** Opening ENTRIES SHOWN block **
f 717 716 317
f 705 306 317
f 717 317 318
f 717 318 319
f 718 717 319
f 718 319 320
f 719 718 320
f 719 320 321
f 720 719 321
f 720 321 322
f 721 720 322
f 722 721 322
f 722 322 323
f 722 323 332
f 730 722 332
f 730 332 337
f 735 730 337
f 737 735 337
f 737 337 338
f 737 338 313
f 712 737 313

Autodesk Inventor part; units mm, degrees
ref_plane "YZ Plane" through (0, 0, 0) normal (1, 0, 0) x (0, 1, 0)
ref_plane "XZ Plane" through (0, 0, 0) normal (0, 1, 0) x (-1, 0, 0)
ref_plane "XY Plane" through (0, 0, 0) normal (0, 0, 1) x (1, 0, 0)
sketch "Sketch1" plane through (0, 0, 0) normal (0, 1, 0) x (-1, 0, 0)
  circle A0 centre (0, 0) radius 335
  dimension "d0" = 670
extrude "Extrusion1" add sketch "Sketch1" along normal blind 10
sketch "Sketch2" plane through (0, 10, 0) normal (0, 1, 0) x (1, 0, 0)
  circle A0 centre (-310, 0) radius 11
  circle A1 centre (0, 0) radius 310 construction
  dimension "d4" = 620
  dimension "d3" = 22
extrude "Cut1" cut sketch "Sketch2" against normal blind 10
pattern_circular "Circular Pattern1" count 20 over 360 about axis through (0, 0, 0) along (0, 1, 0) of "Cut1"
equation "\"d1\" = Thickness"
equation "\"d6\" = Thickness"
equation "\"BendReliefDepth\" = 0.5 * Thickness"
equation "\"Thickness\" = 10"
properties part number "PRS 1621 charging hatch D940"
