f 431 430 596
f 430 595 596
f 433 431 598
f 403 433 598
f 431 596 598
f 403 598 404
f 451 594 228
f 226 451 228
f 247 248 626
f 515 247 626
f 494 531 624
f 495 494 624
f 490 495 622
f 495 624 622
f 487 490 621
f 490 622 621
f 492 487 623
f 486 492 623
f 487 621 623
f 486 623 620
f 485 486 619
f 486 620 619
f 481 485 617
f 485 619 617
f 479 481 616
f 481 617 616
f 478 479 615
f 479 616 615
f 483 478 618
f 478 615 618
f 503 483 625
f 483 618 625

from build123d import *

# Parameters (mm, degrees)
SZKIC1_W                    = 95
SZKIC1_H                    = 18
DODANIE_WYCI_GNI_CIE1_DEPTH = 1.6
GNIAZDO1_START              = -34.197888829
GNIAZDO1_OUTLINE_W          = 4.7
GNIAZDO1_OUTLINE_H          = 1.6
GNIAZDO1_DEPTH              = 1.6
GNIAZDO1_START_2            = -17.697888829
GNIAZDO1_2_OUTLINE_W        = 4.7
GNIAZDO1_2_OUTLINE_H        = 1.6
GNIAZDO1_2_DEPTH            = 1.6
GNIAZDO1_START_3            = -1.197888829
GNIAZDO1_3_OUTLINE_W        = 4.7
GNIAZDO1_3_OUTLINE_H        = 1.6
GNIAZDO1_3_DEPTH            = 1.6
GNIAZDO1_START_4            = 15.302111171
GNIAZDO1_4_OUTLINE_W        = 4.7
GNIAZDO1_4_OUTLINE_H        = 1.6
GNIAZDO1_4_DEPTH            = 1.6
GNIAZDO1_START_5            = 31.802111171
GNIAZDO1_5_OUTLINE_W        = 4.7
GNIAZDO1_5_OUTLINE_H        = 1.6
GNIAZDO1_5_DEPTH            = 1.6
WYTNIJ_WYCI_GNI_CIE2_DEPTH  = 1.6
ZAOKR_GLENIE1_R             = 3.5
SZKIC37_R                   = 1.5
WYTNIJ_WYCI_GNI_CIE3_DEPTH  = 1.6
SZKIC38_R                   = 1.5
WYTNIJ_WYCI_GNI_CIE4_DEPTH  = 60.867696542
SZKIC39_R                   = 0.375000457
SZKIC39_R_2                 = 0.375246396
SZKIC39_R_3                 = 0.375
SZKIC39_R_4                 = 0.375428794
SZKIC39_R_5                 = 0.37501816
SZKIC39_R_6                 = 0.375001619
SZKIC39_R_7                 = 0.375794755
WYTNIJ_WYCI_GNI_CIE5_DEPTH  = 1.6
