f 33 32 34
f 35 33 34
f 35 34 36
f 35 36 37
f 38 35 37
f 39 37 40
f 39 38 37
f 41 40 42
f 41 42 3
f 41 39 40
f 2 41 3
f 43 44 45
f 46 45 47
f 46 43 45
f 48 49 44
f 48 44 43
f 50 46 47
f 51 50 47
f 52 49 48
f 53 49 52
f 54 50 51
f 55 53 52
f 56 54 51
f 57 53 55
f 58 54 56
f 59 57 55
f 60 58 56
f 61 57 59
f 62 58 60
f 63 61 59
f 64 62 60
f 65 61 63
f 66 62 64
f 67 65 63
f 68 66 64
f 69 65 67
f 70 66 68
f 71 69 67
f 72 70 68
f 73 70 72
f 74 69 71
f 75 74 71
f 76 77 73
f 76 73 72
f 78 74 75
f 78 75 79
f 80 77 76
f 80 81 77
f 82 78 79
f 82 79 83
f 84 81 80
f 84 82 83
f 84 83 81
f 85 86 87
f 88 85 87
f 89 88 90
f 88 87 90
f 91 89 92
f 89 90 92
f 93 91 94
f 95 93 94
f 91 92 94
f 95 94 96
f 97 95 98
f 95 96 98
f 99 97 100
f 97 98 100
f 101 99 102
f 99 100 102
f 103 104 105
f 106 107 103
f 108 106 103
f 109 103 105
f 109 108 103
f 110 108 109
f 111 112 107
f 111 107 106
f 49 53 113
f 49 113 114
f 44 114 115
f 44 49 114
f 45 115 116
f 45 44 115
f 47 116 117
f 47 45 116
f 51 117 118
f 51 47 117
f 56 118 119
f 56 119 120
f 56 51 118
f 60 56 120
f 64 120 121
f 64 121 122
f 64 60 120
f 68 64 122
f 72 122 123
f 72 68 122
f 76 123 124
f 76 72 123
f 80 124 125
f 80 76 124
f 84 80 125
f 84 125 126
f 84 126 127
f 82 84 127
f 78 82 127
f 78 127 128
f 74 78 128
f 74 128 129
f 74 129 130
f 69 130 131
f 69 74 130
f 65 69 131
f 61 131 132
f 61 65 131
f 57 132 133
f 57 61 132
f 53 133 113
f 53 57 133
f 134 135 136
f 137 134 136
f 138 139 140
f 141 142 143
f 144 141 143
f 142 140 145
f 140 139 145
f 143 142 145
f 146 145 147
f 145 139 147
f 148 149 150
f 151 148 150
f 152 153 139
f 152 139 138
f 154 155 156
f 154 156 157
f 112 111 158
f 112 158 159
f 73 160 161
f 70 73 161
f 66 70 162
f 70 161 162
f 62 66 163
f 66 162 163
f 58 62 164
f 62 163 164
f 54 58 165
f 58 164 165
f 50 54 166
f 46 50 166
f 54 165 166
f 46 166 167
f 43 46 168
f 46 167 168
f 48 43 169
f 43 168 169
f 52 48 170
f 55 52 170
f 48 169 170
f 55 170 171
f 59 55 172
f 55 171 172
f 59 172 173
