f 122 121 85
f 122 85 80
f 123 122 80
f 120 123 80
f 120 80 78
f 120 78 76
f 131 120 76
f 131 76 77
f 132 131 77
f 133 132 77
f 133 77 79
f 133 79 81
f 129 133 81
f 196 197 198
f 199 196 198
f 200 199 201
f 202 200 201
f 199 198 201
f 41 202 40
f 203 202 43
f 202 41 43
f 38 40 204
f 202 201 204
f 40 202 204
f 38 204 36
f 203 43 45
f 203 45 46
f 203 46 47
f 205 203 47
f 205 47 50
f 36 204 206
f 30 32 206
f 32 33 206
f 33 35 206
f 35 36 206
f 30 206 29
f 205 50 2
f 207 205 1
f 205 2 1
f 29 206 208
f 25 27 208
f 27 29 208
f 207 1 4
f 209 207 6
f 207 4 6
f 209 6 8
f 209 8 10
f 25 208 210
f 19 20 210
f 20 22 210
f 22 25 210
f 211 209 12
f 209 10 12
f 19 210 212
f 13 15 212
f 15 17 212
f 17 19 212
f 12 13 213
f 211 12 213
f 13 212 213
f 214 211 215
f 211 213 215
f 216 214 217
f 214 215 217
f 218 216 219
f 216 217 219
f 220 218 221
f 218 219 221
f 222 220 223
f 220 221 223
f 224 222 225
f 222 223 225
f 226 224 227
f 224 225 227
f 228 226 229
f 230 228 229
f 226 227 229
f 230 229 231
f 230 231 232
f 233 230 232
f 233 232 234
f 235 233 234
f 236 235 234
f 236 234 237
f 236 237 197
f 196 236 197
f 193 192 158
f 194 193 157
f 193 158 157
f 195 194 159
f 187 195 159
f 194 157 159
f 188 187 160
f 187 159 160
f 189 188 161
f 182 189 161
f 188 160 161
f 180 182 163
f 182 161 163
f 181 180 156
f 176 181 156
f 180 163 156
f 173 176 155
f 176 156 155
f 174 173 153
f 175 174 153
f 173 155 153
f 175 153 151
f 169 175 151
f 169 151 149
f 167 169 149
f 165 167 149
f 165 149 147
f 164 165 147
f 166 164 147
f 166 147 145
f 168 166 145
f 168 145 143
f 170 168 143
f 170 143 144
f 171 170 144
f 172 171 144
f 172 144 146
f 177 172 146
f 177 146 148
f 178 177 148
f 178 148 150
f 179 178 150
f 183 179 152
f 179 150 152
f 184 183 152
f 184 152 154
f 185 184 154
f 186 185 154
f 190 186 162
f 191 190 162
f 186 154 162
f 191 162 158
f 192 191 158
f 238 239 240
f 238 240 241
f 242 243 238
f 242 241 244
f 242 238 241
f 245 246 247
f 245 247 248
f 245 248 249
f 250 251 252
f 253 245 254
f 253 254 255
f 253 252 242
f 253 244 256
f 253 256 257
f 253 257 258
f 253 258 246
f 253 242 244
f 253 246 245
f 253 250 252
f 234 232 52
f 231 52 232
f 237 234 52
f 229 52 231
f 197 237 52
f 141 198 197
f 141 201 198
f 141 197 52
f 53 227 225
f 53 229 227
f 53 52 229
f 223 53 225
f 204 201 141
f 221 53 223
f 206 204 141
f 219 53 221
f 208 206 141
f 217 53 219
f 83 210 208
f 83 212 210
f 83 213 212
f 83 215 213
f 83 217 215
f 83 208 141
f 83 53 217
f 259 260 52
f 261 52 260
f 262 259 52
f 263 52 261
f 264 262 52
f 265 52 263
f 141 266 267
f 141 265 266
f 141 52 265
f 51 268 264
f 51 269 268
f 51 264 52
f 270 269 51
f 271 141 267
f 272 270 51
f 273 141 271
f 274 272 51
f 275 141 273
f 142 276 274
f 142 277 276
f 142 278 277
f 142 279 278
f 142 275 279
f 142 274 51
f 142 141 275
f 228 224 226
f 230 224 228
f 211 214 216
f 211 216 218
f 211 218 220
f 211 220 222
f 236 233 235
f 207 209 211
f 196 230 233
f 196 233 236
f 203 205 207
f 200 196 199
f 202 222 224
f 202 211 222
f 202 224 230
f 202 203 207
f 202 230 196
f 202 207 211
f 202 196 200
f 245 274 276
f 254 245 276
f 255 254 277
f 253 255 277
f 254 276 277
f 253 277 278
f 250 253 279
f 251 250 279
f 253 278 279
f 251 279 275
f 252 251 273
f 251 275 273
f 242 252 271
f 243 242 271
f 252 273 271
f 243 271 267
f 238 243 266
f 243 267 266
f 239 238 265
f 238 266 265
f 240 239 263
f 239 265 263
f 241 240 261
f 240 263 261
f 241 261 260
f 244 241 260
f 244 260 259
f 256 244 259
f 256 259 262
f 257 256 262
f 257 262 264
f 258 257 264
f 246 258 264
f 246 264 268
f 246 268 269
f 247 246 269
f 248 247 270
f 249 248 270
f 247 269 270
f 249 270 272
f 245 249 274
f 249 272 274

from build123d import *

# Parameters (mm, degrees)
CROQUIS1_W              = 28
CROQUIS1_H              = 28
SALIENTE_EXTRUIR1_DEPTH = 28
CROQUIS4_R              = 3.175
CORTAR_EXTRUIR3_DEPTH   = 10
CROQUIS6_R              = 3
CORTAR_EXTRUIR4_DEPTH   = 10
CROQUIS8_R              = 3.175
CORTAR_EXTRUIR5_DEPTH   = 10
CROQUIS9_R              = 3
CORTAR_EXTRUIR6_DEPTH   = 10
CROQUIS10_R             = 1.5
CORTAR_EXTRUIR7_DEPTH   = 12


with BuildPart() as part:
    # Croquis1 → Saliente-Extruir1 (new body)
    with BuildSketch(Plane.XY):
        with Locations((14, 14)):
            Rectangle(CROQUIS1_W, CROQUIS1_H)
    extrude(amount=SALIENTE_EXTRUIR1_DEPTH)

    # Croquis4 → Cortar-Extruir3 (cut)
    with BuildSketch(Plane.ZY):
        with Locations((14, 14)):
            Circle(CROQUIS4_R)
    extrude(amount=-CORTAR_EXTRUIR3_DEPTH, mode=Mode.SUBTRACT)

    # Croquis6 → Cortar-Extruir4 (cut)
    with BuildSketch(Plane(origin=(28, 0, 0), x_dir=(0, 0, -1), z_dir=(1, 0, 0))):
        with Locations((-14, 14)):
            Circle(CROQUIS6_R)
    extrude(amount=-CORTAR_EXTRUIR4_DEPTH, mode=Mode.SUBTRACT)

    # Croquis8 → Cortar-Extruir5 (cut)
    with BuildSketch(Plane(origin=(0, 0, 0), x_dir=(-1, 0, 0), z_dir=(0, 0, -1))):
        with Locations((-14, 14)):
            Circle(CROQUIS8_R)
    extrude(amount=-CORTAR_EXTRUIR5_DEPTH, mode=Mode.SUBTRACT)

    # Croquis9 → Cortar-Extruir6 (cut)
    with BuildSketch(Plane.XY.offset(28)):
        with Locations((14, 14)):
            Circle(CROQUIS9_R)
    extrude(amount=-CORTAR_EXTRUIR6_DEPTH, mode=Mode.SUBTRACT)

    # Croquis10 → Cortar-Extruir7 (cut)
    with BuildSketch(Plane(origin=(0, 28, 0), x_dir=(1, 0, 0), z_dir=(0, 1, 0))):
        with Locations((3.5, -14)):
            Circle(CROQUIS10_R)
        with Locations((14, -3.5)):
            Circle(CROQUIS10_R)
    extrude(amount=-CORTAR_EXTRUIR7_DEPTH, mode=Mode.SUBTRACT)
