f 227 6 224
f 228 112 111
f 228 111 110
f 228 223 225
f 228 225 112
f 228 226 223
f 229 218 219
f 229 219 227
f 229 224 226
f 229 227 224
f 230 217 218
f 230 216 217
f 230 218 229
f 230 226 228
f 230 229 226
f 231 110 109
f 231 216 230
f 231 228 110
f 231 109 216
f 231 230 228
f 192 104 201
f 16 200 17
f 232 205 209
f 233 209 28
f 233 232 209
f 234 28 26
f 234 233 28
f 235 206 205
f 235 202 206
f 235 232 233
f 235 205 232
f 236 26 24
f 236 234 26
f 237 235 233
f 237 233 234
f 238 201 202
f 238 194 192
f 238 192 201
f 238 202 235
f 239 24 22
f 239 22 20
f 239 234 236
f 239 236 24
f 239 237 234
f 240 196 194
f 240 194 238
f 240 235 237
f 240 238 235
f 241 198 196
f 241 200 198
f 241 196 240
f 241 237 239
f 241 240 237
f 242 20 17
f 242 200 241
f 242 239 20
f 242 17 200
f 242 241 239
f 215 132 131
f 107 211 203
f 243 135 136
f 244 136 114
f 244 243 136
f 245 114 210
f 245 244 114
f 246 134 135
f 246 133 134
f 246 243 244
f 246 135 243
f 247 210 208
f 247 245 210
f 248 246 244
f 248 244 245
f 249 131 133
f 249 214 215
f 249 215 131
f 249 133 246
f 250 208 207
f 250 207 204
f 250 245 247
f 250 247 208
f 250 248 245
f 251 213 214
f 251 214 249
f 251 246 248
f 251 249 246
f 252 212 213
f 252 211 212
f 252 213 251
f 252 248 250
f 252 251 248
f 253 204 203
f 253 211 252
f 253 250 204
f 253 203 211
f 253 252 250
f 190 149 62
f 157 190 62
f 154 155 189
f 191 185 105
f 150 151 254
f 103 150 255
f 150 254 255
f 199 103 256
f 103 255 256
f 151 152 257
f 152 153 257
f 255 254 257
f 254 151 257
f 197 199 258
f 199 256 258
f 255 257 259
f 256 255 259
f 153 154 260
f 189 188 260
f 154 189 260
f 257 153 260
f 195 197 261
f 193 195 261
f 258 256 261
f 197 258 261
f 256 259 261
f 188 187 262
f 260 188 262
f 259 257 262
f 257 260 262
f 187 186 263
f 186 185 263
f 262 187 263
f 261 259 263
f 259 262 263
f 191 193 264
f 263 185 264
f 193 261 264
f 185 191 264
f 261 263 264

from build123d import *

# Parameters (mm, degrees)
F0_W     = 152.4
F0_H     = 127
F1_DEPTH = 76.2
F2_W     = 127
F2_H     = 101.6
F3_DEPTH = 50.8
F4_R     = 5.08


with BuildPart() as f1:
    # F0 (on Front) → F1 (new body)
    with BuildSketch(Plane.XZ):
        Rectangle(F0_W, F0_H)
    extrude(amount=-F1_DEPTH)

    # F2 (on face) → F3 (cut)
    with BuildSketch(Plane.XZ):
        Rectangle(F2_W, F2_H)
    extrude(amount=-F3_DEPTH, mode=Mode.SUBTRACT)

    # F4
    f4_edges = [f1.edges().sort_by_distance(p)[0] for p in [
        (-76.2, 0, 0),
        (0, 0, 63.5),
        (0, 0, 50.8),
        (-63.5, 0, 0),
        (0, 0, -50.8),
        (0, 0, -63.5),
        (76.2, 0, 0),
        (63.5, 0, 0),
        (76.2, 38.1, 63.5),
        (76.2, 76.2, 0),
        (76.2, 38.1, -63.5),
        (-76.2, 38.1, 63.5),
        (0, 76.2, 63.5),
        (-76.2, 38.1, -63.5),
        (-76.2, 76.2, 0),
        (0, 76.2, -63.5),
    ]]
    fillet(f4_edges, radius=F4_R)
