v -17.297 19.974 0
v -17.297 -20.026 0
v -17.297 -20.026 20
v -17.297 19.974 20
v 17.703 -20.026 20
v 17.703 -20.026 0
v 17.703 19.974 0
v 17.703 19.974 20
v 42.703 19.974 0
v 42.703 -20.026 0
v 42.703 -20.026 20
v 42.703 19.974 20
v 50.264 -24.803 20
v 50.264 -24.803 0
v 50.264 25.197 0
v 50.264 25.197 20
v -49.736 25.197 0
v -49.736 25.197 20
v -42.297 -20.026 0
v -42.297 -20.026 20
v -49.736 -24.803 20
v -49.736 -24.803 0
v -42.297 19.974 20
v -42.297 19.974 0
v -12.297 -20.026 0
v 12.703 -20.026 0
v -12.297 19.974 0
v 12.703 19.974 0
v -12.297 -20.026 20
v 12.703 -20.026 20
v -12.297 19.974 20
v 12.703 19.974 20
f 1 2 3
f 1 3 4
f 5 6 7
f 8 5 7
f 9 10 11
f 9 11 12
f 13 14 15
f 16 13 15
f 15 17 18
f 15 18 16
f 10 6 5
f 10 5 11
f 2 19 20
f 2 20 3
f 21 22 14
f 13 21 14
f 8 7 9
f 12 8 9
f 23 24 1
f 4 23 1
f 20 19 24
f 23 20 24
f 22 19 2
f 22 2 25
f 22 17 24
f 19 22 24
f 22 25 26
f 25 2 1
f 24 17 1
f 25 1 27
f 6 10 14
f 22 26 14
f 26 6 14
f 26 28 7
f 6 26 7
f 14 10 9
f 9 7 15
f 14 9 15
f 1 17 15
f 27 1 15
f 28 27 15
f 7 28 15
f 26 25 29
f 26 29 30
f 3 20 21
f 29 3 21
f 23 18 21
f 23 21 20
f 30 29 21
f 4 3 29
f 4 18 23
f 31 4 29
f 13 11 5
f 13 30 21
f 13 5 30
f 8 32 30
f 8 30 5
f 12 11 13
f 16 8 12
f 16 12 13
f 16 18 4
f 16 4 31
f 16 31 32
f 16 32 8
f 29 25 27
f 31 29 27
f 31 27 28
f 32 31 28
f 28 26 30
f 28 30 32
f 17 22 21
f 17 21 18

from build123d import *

# Parameters (mm, degrees)
SKETCH_W   = 100
SKETCH_H   = 50
SKETCH_W_2 = 25
SKETCH_H_2 = 40
PAD_DEPTH  = 20


with BuildPart() as part:
    # Sketch → Pad (new body)
    with BuildSketch(Plane.XY):
        with Locations((0.264387, 0.19665)):
            Rectangle(SKETCH_W, SKETCH_H)
        with Locations((-29.796774, -0.02574)):
            Rectangle(SKETCH_W_2, SKETCH_H_2, mode=Mode.SUBTRACT)
        with Locations((0.203226, -0.02574)):
            Rectangle(SKETCH_W_2, SKETCH_H_2, mode=Mode.SUBTRACT)
        with Locations((30.203226, -0.02574)):
            Rectangle(SKETCH_W_2, SKETCH_H_2, mode=Mode.SUBTRACT)
    extrude(amount=PAD_DEPTH)


solid = part.part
** Closing ENTRIES SHOWN block **
## REQUIRED WORK:
Above are the records; from them, give again exactly the lines from the one containing "f 244 136 114" to the one containing "f 254 151 257", both lines included, and nothing more.

## FINISHED TASK:
f 244 136 114
f 244 243 136
f 245 114 210
f 245 244 114
f 246 134 135
f 246 133 134
f 246 243 244
f 246 135 243
f 247 210 208
f 247 245 210
f 248 246 244
f 248 244 245
f 249 131 133
f 249 214 215
f 249 215 131
f 249 133 246
f 250 208 207
f 250 207 204
f 250 245 247
f 250 247 208
f 250 248 245
f 251 213 214
f 251 214 249
f 251 246 248
f 251 249 246
f 252 212 213
f 252 211 212
f 252 213 251
f 252 248 250
f 252 251 248
f 253 204 203
f 253 211 252
f 253 250 204
f 253 203 211
f 253 252 250
f 190 149 62
f 157 190 62
f 154 155 189
f 191 185 105
f 150 151 254
f 103 150 255
f 150 254 255
f 199 103 256
f 103 255 256
f 151 152 257
f 152 153 257
f 255 254 257
f 254 151 257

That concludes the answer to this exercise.